And, after 30 minutes of enforced pool time (by me) we headed to our Park 8: Death Valley.  Officially the hottest place on earth, can I admit we were a tiny bit pleased to be in a car with air con?  For some reason, I had forgotten that valleys need mountains on either side, so the 3000m peaks on either side were somewhat of a surprise. 

Don't worry, he came back
We waited until 5pm to do the obligatory walk on the salt flats at the lowest point in the US (the water in Badwater certainly didn't look inviting) but it was still roasty toasty.  And even with my desire to tick everything off from the guidebook, the walk on sand dunes in 46c was too much and I fled to the car.  Our campsite was luckily 2000m higher than the valley floor so not too hot to sleep.  But most excitingly we spotted a newly-discovered-in-the-park-newspaper-species, a tiny, non water drinking, nocturnal kangaroo rat (so inquisitive about our camp spot I nearly trod on him). 

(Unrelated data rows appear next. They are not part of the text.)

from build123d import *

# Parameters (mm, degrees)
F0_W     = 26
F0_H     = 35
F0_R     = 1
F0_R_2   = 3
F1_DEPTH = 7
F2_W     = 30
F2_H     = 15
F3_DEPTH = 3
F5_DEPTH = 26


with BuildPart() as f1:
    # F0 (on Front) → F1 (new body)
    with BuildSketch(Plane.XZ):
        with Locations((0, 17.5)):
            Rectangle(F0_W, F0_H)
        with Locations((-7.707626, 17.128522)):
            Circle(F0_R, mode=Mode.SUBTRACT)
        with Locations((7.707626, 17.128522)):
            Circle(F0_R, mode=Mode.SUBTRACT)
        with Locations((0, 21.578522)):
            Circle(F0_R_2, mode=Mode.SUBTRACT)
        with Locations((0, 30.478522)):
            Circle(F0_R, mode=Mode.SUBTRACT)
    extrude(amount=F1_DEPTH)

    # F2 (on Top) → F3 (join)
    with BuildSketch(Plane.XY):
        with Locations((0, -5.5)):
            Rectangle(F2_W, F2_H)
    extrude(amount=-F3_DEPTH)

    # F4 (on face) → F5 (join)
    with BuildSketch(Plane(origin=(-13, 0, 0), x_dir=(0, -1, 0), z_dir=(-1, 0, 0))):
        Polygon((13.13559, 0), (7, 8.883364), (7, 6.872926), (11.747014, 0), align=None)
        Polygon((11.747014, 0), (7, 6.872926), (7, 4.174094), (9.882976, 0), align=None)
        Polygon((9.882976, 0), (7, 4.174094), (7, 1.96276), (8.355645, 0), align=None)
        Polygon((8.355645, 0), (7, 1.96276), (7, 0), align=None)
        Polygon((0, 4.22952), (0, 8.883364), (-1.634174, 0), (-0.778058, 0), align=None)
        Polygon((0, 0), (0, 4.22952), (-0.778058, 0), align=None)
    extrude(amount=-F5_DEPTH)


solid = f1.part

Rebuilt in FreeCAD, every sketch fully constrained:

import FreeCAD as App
import Part
import Sketcher
from FreeCAD import Vector
Q = App.Units.Quantity


def add_polygon(sketch, points):
    """Adds a closed chain of lines whose ends are joined by coincident constraints."""
    first, n = sketch.GeometryCount, len(points)
    for a, b in zip(points, points[1:] + points[:1]):
        sketch.addGeometry(Part.LineSegment(App.Vector(*a, 0), App.Vector(*b, 0)), False)
    for i in range(n):
        sketch.addConstraint(Sketcher.Constraint("Coincident", first + i, 2, first + (i + 1) % n, 1))

doc = App.newDocument("Part")
body = doc.addObject("PartDesign::Body", "Body")

# Sketch on XZ plane
sketch1 = doc.addObject("Sketcher::SketchObject", "Sketch")
body.addObject(sketch1)
sketch1.AttachmentSupport = (doc.XZ_Plane, [""])
sketch1.MapMode = "FlatFace"
add_polygon(sketch1, [(-13, 35), (-13, 0), (13, 0), (13, 35)])  # lines 0-3
sketch1.addGeometry(Part.Circle(Vector(-7.7, 17.1, 0), Vector(0, 0, 1), 1), False)  # 4
sketch1.addGeometry(Part.Circle(Vector(7.7, 17.1, 0), Vector(0, 0, 1), 1), False)  # 5
sketch1.addGeometry(Part.Circle(Vector(0, 21.6, 0), Vector(0, 0, 1), 3), False)  # 6
sketch1.addGeometry(Part.Circle(Vector(0, 30.5, 0), Vector(0, 0, 1), 1), False)  # 7
sketch1.addConstraint(Sketcher.Constraint("Vertical", 0))
sketch1.addConstraint(Sketcher.Constraint("Horizontal", 1))
sketch1.addConstraint(Sketcher.Constraint("Vertical", 2))
sketch1.addConstraint(Sketcher.Constraint("Horizontal", 3))
sketch1.addConstraint(Sketcher.Constraint("Equal", 4, 5))
sketch1.addConstraint(Sketcher.Constraint("Equal", 5, 7))
sketch1.addConstraint(Sketcher.Constraint("Symmetric", 0, 2, 1, 2, -1, 1))
sketch1.addConstraint(Sketcher.Constraint("Symmetric", 4, 3, 5, 3, -2))
sketch1.addConstraint(Sketcher.Constraint("PointOnObject", 6, 3, -2))
sketch1.addConstraint(Sketcher.Constraint("PointOnObject", 7, 3, -2))
sketch1.addConstraint(Sketcher.Constraint("Diameter", 4, Q("2 mm")))
sketch1.addConstraint(Sketcher.Constraint("Diameter", 6, Q("6 mm")))
sketch1.addConstraint(Sketcher.Constraint("DistanceX", 1, 1, 1, 2, Q("26 mm")))
sketch1.addConstraint(Sketcher.Constraint("DistanceY", 0, 2, 0, 1, Q("35 mm")))
sketch1.addConstraint(Sketcher.Constraint("DistanceY", 6, 3, 7, 3, Q("8.9 mm")))
sketch1.addConstraint(Sketcher.Constraint("DistanceY", 4, 3, 6, 3, Q("4.45 mm")))
sketch1.addConstraint(Sketcher.Constraint("DistanceY", -1, 1, 4, 3, Q("17.128522 mm")))
sketch1.addConstraint(Sketcher.Constraint("DistanceX", 4, 3, -1, 1, Q("7.707626 mm")))
pad1 = doc.addObject("PartDesign::Pad", "Pad")
body.addObject(pad1)
pad1.Profile = sketch1
pad1.Length = 7

# Sketch on XY plane
sketch2 = doc.addObject("Sketcher::SketchObject", "Sketch001")
body.addObject(sketch2)
sketch2.AttachmentSupport = (doc.XY_Plane, [""])
sketch2.MapMode = "FlatFace"
add_polygon(sketch2, [(-15, 2), (-15, -13), (15, -13), (15, 2)])  # lines 0-3
sketch2.addConstraint(Sketcher.Constraint("Vertical", 0))
sketch2.addConstraint(Sketcher.Constraint("Horizontal", 1))
sketch2.addConstraint(Sketcher.Constraint("Vertical", 2))
sketch2.addConstraint(Sketcher.Constraint("Horizontal", 3))
sketch2.addConstraint(Sketcher.Constraint("DistanceX", 1, 1, 1, 2, Q("30 mm")))
sketch2.addConstraint(Sketcher.Constraint("DistanceY", 0, 2, 0, 1, Q("15 mm")))
sketch2.addConstraint(Sketcher.Constraint("DistanceX", 0, 2, -1, 1, Q("15 mm")))
sketch2.addConstraint(Sketcher.Constraint("DistanceY", 0, 2, -1, 1, Q("13 mm")))
pad2 = doc.addObject("PartDesign::Pad", "Pad001")
body.addObject(pad2)
pad2.Profile = sketch2
pad2.Length = 3
pad2.Reversed = True

# Sketch on YZ plane
sketch3 = doc.addObject("Sketcher::SketchObject", "Sketch002")
body.addObject(sketch3)
sketch3.AttachmentSupport = (doc.YZ_Plane, [""])
sketch3.MapMode = "FlatFace"
sketch3.AttachmentOffset = App.Placement(Vector(0, 0, -13), App.Rotation())
add_polygon(sketch3, [(-13.1, 0), (-7, 8.9), (-7, 0)])  # lines 0-2
add_polygon(sketch3, [(0, 8.9), (1.6, 0), (0, 0)])  # lines 3-5
sketch3.addConstraint(Sketcher.Constraint("Vertical", 1))
sketch3.addConstraint(Sketcher.Constraint("Horizontal", 2))
sketch3.addConstraint(Sketcher.Constraint("Horizontal", 4))
sketch3.addConstraint(Sketcher.Constraint("Vertical", 5))
sketch3.addConstraint(Sketcher.Constraint("Coincident", 4, 2, -1, 1))
sketch3.addConstraint(Sketcher.Constraint("PointOnObject", 1, 2, -1))
sketch3.addConstraint(Sketcher.Constraint("Horizontal", 0, 2, 5, 2))
sketch3.addConstraint(Sketcher.Constraint("DistanceX", 0, 2, -1, 1, Q("7 mm")))
sketch3.addConstraint(Sketcher.Constraint("DistanceX", 2, 2, 2, 1, Q("6.13559 mm")))
sketch3.addConstraint(Sketcher.Constraint("Distance", 0, Q("10.796278 mm")))
sketch3.addConstraint(Sketcher.Constraint("DistanceX", 4, 2, 4, 1, Q("1.634174 mm")))
pad3 = doc.addObject("PartDesign::Pad", "Pad002")
body.addObject(pad3)
pad3.Profile = sketch3
pad3.Length = 26

doc.recompute()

Desert: tick.  Now back to the mountains with the Sierra and the climber’s paradise of Yosemite...

Thursday 20 September 2012

Arches, Canyonlands, Capitol Reef and Bryce Canyon: Hot rocks, cool campsites and scenic byways

So our usual northern evergreens were gradually replaced by rocks, sand and cacti as we drove 600 miles south to four of Utah's national parks.

Arches contained, you guessed it, around 2000 natural rock arches in a many coloured desert landscape.  We arrived late, but the full moon illuminated the huge rock formations encircling our sought after campground. A 5am start ensured we arrived at Landscape arch just in time for sunrise, wowsers.  We then packed up our tent (no. 6 in a series of 19 pack ups, - still always accidentally packed something inside the tent) and headed off on one of the many hikes.

Crusty crust!
A word on 'hikes' in national parks.  US citizens are not always known for their svelteness (no sniggering, Canada and UK aren't far behind).  The Parks service recognises this and understandably doesn't want too many coronaries so the 0.3mile tarmacced walk to a sight is INVARIABLY described as a "hike". Which makes it tricky to distinguish between a stroll and an actual lung busting, tendon aggravating hike.  (Rest assured, we found plenty of the latter.)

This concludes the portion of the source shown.